Acknowledging My Roots

I was born in Saikot, a small provincial valley town in Churachāndpur, Manipur. The fourth of four boys. Being Manipuri (Meitei) on my paternal side and Tamil and Malayali on my maternal side, I was destined to be a polyglot.

My childhood passed by swiftly and the next thing I knew I was a young man. My body changed, though at a much lazier pace than most friends around me, and life seemed perfect. But fate still had a few tricks up his sleeve.

Half way through secondary school, I was pulled out of Kotagiri and flung back into Manipur. I loved and hated this move equally, but I am thankful to my father for doing so, because this is where my discovery of ‘I’ began.

Forced into isolation, removed from friends and in the midst of a population that largely spoke an unfamiliar language – my focus went from the outside to within. Chance readings of references to gay people in magazines and newspapers, and memories from Church-driven ‘terror texts’ against the gay community, gave me a heady mix of genuine interest in the subject. Lust for the forbidden and academic pursuit led me to discover that I was indeed what I feared all along: a raging homosexual ‘man-boy’.

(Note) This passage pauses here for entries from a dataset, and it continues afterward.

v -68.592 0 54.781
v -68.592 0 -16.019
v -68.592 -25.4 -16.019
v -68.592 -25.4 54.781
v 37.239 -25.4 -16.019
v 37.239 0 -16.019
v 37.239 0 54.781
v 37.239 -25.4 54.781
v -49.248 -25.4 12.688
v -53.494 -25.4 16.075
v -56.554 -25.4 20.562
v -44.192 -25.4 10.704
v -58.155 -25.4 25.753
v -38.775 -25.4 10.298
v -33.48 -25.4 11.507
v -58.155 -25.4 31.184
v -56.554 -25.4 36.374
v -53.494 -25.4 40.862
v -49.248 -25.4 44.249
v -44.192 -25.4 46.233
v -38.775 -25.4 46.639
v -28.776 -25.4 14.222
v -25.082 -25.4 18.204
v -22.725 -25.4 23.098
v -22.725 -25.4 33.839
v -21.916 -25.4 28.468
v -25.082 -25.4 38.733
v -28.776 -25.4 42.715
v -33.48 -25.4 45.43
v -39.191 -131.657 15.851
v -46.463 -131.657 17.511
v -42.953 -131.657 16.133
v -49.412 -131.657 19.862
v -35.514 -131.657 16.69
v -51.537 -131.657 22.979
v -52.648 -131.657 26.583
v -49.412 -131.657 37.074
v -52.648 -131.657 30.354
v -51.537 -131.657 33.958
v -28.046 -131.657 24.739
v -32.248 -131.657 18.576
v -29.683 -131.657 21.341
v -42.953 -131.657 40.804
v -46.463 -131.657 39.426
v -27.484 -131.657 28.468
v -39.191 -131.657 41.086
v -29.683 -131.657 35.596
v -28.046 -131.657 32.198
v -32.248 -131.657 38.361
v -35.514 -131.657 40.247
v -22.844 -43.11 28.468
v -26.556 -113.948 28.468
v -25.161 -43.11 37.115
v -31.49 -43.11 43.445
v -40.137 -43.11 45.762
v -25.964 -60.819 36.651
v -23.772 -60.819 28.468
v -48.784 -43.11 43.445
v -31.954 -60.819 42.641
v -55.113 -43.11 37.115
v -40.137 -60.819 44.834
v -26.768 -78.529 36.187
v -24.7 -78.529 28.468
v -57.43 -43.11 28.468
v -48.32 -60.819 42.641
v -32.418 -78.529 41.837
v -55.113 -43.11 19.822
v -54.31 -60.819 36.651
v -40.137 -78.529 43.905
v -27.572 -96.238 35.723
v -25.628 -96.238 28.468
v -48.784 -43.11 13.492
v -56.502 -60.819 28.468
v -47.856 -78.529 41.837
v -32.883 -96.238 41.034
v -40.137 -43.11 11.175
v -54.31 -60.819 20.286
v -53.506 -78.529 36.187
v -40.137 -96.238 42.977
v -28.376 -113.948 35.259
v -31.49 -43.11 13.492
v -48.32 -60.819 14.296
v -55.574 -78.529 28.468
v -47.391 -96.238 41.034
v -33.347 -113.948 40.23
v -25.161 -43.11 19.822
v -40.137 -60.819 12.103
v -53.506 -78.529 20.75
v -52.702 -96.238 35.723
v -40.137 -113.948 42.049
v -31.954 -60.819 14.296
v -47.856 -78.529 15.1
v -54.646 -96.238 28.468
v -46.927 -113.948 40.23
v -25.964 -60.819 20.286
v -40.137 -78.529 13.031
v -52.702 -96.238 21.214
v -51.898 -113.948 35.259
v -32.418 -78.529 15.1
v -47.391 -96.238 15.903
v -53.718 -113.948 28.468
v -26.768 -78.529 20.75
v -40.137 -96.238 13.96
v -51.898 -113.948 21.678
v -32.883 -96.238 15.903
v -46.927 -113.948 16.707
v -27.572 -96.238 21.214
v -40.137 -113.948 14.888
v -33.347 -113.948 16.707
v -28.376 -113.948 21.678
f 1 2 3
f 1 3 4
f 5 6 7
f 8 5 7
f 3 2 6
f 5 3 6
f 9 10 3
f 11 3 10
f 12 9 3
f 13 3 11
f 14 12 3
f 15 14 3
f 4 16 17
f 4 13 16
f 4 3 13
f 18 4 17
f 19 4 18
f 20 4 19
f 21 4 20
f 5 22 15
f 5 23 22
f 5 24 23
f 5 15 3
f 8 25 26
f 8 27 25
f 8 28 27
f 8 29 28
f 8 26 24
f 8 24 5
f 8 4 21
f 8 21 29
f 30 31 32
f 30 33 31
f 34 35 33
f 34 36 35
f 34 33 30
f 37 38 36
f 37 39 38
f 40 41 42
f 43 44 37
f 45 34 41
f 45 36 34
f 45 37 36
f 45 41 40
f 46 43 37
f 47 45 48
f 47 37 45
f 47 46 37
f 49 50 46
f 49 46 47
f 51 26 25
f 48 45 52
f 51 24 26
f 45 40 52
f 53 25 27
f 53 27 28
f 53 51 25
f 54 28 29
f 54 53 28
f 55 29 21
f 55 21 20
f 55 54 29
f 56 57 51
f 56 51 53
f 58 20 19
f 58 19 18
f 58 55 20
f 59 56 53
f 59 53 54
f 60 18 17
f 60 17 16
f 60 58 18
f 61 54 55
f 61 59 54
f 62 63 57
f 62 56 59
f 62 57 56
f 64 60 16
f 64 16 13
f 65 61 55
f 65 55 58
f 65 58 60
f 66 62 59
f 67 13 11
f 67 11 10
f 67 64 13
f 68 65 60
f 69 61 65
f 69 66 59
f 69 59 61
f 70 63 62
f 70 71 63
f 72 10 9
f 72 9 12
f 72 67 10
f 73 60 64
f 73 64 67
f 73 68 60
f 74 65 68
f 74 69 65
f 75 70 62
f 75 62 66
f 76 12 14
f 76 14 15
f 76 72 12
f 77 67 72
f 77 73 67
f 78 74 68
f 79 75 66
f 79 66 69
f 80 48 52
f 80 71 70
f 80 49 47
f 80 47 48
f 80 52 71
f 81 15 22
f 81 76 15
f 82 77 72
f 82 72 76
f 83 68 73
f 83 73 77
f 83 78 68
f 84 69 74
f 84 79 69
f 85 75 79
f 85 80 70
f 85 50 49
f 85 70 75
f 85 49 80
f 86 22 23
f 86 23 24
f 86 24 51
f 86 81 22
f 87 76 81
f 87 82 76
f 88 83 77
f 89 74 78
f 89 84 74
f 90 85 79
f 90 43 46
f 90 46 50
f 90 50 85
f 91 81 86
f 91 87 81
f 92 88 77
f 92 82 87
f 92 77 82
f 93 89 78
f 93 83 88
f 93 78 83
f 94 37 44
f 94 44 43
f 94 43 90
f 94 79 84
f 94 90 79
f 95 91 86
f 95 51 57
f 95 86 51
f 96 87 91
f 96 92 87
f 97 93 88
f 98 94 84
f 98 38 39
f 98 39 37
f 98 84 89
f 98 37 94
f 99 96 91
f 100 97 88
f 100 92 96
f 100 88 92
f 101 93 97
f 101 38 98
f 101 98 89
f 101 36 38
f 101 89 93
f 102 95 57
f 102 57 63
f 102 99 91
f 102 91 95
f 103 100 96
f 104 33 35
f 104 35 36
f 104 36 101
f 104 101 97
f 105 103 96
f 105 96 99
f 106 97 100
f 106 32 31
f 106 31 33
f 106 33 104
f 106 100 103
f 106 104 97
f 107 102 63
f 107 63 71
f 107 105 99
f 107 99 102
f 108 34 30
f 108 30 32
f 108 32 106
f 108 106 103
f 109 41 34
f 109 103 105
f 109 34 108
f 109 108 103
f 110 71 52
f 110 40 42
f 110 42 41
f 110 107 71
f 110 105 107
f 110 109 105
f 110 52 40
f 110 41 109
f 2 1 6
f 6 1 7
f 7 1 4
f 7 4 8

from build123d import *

# Parameters (mm, degrees)
F0_W     = 105.8307476342
F0_H     = 70.8000324667
F1_DEPTH = 25.4
F2_R     = 18.2213910868
F3_DEPTH = 106.25713
F3_TAPER = 3


# Not quite as in the source:
# - the program builds the solid bodies; features that only make, move or delete a surface that nothing else refers to are left out


with BuildPart() as f1:
    # F0 (on Front) → F1 (new body)
    with BuildSketch(Plane.XZ):
        with Locations((-15.6768169254, 19.381063059)):
            Rectangle(F0_W, F0_H)
    extrude(amount=F1_DEPTH)

    # F2 (on face) → F3 (join)
    with BuildSketch(Plane.XZ.offset(25.4)):
        with Locations((-40.1370152831, 28.4684468061)):
            Circle(F2_R)
    extrude(amount=F3_DEPTH, taper=F3_TAPER)


solid = f1.part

Years later, many arguments won, many friends and relatives lost… I stand today as an open 30-year old media professional, who is proud about his sexuality and unapologetic for the lifestyle he has chosen. My family, friends, and community play a huge role in allowing me to be who I am, and I am eternally grateful. Most importantly, however, I am thankful to my saviour, who stood by me steadfast, and taught me to accept and love myself.

I am Rōmal. I am Gay. I am Proud.

Misconceptions That Surround The Community

Namma Pride 2016
(Namma Pride 2016, Photo credit: Anjali Alappat)

There are plenty of myths perpetuated and spread through ignorance. Here are some of them that I have faced from the world outside the community:

  • LGBQ+ people are people born with something deformed – their genitalia or minds.
  • LGBQ+ people are sex offenders, rapists, and paedophiles who are obsessed with sex.
  • LGBQ+ people are here to ruin the concept of marriage, love, monogamy and everything that society upholds as ‘right’.
  • LGBQ+ people do not understand commitment.
  • LGBQ+ choose their preferences just because sex with the same gender is easier with regard to secrecy and access.
  • LGBQ+ become LGBQ+ because they are abused by other LGBQ+ people.
  • Lesbians hate men, Gays hate women, which is why they are like this.
  • They are amoral, have no belief in God and are, therefore, sinners
  • LGBQ+ people are always around children because they want to abuse them and ‘convert’ them.
  • LGBQ+ people are always very talented, nice and kind people – this is not always the case.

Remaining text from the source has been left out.